A voice cut into the ringing. Gruff. “O’Brien.”
“Chief? Vince. Just got your message.”
“Vince, the goddamnedest thing. Remember that Babe Vanderwalk business seven years ago—the husband tried to—”
“I was on your task force. I remember.”
“Damned if Babe Vanderwalk didn’t come out of her coma. The hospital phoned. And then a lawyer phoned. Represents the family, they don’t want any fuss, they don’t want any publicity.”
“Mazel tov
to the Vanderwalks. Can she talk?”
“She can talk. She’s normal. Lost a little weight, joints a little stiff, but she’s all there.”
“Does she remember anything?”
“Go see her and find out. I’m delegating you.”
Cardozo exhaled loudly. “Chief, you just handed me a one-legged John Doe.”
“You know the background, Vince. Go to Doctors Hospital, get a statement, and close the case. Five minutes.”
“I can’t control what she’s going to say. Her statement may open the case.”
“Get a statement that closes the case. Go up there tomorrow. They wake those patients up at six, seven o’clock. You don’t have to wait for visiting hours.”
“Chief, I honestly—”
“Thanks, Vince, I knew I could count on you.”
The receiver went dead in Cardozo’s hand. He looked at it a moment and then slammed it back onto the cradle.
Though it was seven years in the past, the Vanderwalk case still stoked old resentments in him. He’d worked his butt off collecting solid evidence, he’d avoided the minefields of the Miranda and Esposito decisions, the jury had convicted, and then on appeal the D.A. had accepted a plea bargain that let the killer off.
Except if Babe Vanderwalk was awake, the killer wasn’t a killer anymore.
Anyway, that’s tomorrow,
Cardozo reminded himself.
Today’s today.
He pushed Babe Vanderwalk Devens out of his head and began skimming fives. They were drearily familiar: ripped-up hookers, businessmen with no ID dead in trash barrels, family fights where somebody had taken out a knife or gun, stewardesses jumping out of their Third Avenue shared apartments—or had they been pushed? They were like old friends to him. He’d been staring at some of them for over ten years.
And they all concluded with the same words:
NO NEW INVESTIGATIVE LEADS SINCE LAST REPORT
.
The cases kept pouring in, dead bodies that had all been human beings, every one of them entitled to live till accident or natural death claimed them and, failing that, entitled to justice. It was his job to see they at least got justice. No homicide case was ever closed till it was cleared, but fewer than a third were cleared nowadays. That meant a backlog of over five hundred in the two two alone. A lot of killers were walking around on their own cognizance out there.
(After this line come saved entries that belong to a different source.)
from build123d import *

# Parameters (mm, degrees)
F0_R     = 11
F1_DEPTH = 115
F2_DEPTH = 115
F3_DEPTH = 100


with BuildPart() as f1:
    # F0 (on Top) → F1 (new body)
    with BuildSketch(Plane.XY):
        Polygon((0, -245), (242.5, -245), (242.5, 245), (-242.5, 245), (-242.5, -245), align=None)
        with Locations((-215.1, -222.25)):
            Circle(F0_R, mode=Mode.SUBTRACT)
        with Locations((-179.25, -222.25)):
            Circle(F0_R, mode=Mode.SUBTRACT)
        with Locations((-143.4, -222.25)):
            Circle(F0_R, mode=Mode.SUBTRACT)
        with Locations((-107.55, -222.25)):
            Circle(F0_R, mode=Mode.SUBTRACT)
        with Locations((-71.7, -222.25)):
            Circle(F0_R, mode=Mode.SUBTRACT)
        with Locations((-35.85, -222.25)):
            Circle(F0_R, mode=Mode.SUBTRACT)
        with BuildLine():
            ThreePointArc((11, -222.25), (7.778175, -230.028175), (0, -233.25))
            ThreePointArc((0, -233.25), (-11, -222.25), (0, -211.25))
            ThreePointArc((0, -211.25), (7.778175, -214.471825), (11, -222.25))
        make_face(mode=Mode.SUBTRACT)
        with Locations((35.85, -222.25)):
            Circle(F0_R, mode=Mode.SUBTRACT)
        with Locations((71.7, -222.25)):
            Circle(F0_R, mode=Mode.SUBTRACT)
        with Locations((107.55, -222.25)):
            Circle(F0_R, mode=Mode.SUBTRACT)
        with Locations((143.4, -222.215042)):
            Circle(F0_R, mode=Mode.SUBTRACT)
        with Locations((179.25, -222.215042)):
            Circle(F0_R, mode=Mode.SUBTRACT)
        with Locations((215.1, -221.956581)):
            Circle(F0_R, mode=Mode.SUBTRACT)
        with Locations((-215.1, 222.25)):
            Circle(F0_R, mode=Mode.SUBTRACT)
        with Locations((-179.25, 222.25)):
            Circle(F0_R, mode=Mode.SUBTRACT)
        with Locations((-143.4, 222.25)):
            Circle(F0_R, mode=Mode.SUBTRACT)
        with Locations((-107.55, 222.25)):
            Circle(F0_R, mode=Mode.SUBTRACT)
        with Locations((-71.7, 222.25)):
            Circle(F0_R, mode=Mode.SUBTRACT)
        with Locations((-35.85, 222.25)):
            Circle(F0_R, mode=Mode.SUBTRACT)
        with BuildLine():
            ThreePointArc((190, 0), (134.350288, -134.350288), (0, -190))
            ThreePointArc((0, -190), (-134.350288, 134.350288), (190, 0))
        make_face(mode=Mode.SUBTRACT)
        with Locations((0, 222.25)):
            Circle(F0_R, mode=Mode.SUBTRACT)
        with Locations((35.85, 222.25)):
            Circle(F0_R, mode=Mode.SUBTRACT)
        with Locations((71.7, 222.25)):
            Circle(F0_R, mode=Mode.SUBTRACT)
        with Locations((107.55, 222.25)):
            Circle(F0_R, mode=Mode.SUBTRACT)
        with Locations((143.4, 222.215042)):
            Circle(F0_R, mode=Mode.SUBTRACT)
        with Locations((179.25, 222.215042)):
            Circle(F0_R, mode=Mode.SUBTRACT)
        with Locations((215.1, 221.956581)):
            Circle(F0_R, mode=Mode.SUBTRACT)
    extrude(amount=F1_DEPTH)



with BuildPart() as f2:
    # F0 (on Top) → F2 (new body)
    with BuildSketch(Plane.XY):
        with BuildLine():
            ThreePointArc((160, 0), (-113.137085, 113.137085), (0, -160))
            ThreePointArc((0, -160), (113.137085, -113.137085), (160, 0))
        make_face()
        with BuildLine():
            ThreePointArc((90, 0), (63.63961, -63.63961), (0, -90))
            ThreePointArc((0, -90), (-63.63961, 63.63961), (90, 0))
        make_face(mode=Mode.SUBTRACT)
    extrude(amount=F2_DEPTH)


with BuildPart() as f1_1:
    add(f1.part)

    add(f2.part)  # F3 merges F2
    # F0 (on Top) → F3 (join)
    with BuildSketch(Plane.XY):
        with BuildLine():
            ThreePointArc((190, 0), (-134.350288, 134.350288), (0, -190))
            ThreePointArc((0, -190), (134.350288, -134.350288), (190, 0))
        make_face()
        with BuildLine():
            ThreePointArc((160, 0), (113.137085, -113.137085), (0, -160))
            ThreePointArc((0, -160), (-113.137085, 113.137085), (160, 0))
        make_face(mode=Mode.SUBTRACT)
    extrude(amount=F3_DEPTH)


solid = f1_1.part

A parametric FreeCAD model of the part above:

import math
import FreeCAD as App
import Part
import Sketcher

doc = App.newDocument("Part")
params = doc.addObject("Spreadsheet::Sheet", "Params")
for row, (alias, value) in enumerate([
    ("sketch1_diameter", "22 mm"),
    ("sketch1_radius", "190 mm"),
    ("sketch1_width", "485 mm"),
    ("sketch1_height", "490 mm"),
    ("pad1_length", "115 mm"),
    ("sketch2_radius", "160 mm"),
    ("sketch2_radius2", "90 mm"),
    ("pad2_length", "115 mm"),
    ("sketch3_radius", "190 mm"),
    ("sketch3_radius2", "160 mm"),
    ("pad3_length", "100 mm"),
], start=1):
    params.set(f"A{row}", alias)
    params.set(f"B{row}", "=" + value)
    params.setAlias(f"B{row}", alias)

body = doc.addObject("PartDesign::Body", "Body")

sketch1 = body.newObject("Sketcher::SketchObject", "Sketch")
sketch1.AttachmentSupport = (doc.getObject("XY_Plane"), [""])
sketch1.MapMode = "FlatFace"
sketch1.addGeometry(Part.LineSegment(App.Vector(242, -245, 0), App.Vector(242, 245, 0)), False)
sketch1.addGeometry(Part.LineSegment(App.Vector(242, 245, 0), App.Vector(-242, 245, 0)), False)
sketch1.addGeometry(Part.LineSegment(App.Vector(-242, 245, 0), App.Vector(-242, -245, 0)), False)
sketch1.addGeometry(Part.LineSegment(App.Vector(-242, -245, 0), App.Vector(242, -245, 0)), False)
sketch1.addGeometry(Part.Circle(App.Vector(-215, -222, 0), App.Vector(0, 0, 1), 11), False)
sketch1.addGeometry(Part.Circle(App.Vector(-179, -222, 0), App.Vector(0, 0, 1), 11), False)
sketch1.addGeometry(Part.Circle(App.Vector(-143, -222, 0), App.Vector(0, 0, 1), 11), False)
sketch1.addGeometry(Part.Circle(App.Vector(-108, -222, 0), App.Vector(0, 0, 1), 11), False)
sketch1.addGeometry(Part.Circle(App.Vector(-72, -222, 0), App.Vector(0, 0, 1), 11), False)
sketch1.addGeometry(Part.Circle(App.Vector(-36, -222, 0), App.Vector(0, 0, 1), 11), False)
sketch1.addGeometry(Part.ArcOfCircle(Part.Circle(App.Vector(0, -222, 0), App.Vector(0, 0, 1), 11), math.radians(0), math.radians(90)), False)
sketch1.addGeometry(Part.ArcOfCircle(Part.Circle(App.Vector(0, -222, 0), App.Vector(0, 0, 1), 11), math.radians(-90), math.radians(0)), False)
sketch1.addGeometry(Part.ArcOfCircle(Part.Circle(App.Vector(0, -222, 0), App.Vector(0, 0, 1), 11), math.radians(90), math.radians(270)), False)
sketch1.addGeometry(Part.Circle(App.Vector(36, -222, 0), App.Vector(0, 0, 1), 11), False)
sketch1.addGeometry(Part.Circle(App.Vector(72, -222, 0), App.Vector(0, 0, 1), 11), False)
sketch1.addGeometry(Part.Circle(App.Vector(108, -222, 0), App.Vector(0, 0, 1), 11), False)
His eye went guiltily to the filing cabinet. The bottom drawer was wedged shut against an overflow of departmental orders that he had yet to get around to reading. The precinct was drowning in paper. Paper had become the measure of all things. It got you promoted, got you demoted, decided your salary, your rank, your standing in the department’s eyes. Paper was where it was at.
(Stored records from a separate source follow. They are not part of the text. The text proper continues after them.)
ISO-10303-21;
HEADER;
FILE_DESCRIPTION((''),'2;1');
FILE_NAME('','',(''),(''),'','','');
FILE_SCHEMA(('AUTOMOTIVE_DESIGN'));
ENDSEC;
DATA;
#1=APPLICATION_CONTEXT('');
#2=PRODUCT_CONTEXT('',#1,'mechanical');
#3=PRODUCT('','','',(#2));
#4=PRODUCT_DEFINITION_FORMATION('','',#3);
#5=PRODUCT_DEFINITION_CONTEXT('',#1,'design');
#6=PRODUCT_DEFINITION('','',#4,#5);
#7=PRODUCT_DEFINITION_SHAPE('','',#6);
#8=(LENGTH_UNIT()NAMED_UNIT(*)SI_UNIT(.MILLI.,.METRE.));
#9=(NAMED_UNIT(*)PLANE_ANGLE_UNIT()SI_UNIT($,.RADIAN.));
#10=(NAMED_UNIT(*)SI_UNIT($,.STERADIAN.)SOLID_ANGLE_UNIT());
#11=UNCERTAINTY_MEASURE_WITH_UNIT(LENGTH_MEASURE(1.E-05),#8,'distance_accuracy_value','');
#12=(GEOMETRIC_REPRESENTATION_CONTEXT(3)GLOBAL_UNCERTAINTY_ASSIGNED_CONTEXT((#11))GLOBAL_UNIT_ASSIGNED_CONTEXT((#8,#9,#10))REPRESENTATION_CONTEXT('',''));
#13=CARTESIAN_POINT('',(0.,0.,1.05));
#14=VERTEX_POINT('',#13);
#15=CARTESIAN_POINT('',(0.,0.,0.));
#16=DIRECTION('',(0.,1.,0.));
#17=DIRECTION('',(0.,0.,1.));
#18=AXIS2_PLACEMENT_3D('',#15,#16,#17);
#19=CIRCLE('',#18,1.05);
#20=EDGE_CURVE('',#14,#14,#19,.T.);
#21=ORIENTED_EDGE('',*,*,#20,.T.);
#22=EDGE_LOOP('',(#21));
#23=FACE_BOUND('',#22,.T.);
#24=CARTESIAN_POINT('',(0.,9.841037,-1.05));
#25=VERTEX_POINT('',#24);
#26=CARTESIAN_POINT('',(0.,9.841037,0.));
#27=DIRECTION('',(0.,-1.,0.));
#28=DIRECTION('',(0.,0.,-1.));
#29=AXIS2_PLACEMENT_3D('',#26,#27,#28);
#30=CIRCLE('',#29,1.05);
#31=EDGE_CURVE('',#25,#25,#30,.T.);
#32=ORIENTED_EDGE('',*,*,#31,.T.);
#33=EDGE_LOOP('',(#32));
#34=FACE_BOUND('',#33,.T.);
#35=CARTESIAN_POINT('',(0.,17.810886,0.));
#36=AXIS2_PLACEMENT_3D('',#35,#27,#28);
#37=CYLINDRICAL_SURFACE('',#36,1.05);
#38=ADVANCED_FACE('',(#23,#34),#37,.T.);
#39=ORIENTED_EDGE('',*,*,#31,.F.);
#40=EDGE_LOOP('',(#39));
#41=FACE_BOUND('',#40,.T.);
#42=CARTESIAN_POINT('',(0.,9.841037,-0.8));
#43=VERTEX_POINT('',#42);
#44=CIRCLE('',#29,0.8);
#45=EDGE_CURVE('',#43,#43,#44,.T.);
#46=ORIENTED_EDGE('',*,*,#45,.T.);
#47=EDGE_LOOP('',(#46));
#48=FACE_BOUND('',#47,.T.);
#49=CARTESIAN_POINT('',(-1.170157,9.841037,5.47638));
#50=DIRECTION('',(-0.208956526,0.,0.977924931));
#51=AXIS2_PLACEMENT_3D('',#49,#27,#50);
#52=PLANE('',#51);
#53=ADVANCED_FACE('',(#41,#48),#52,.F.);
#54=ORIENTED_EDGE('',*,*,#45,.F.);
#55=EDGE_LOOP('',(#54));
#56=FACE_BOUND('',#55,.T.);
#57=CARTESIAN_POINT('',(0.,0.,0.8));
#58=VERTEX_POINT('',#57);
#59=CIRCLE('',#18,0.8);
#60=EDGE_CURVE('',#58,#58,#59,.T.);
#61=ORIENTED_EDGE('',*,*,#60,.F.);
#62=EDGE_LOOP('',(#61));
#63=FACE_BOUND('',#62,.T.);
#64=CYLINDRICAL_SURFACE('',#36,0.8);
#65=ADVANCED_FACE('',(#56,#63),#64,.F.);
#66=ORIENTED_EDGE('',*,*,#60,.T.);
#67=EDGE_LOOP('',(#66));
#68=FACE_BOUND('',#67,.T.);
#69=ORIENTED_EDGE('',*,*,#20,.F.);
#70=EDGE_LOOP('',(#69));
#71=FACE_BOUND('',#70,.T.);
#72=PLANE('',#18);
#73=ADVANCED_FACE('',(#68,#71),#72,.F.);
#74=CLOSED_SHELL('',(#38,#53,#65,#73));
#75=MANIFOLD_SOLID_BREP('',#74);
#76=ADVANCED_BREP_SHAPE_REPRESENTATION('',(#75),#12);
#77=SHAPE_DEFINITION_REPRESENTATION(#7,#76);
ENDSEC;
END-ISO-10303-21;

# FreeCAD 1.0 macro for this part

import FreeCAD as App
import Part
import Sketcher
Q = App.Units.Quantity

doc = App.newDocument("Part")
body = doc.addObject("PartDesign::Body", "Body")

# Sketch on XZ plane
sketch1 = body.newObject("Sketcher::SketchObject", "Sketch")
sketch1.AttachmentSupport = (doc.getObject("XZ_Plane"), [""])
sketch1.MapMode = "FlatFace"
sketch1.addGeometry(Part.Circle(App.Vector(0, 0, 0), App.Vector(0, 0, 1), 1.1), False)
sketch1.addGeometry(Part.Circle(App.Vector(0, 0, 0), App.Vector(0, 0, 1), 0.8), False)
sketch1.addConstraint(Sketcher.Constraint("Coincident", 0, 3, -1, 1))
sketch1.addConstraint(Sketcher.Constraint("Coincident", 1, 3, -1, 1))
sketch1.addConstraint(Sketcher.Constraint("Diameter", 0, Q("2.1 mm")))
sketch1.addConstraint(Sketcher.Constraint("Diameter", 1, Q("1.6 mm")))
pad1 = body.newObject("PartDesign::Pad", "Pad")
pad1.Profile = sketch1
pad1.Length = 9.841037
pad1.Reversed = True

doc.recompute()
“Hey, Vince.” Tommy Daniels from the Photographic Unit came bounding through the door and clamped a hand on Cardozo’s shoulder. “Got the pictures you wanted of the ten eighteen.” He thrust out an envelope.
Cardozo slipped the glossies out of the manila envelope. It surprised him how young the dead man was: perhaps twenty-two years old, very blond, with medium-length, shiny hair. The eyes were long-lashed, the chin strong, almost challenging, with a cleft to it, the lips full but not quite pouting. A handsome boy. He seemed to be contentedly dreaming.
“Beautiful, hey?” Daniels said.
Cardozo looked at his photographic expert’s thick black hair, his chartreuse shirt that lit up three walls of the cubicle, his face shining with an eagerness to please that would have been cute in a cocker spaniel.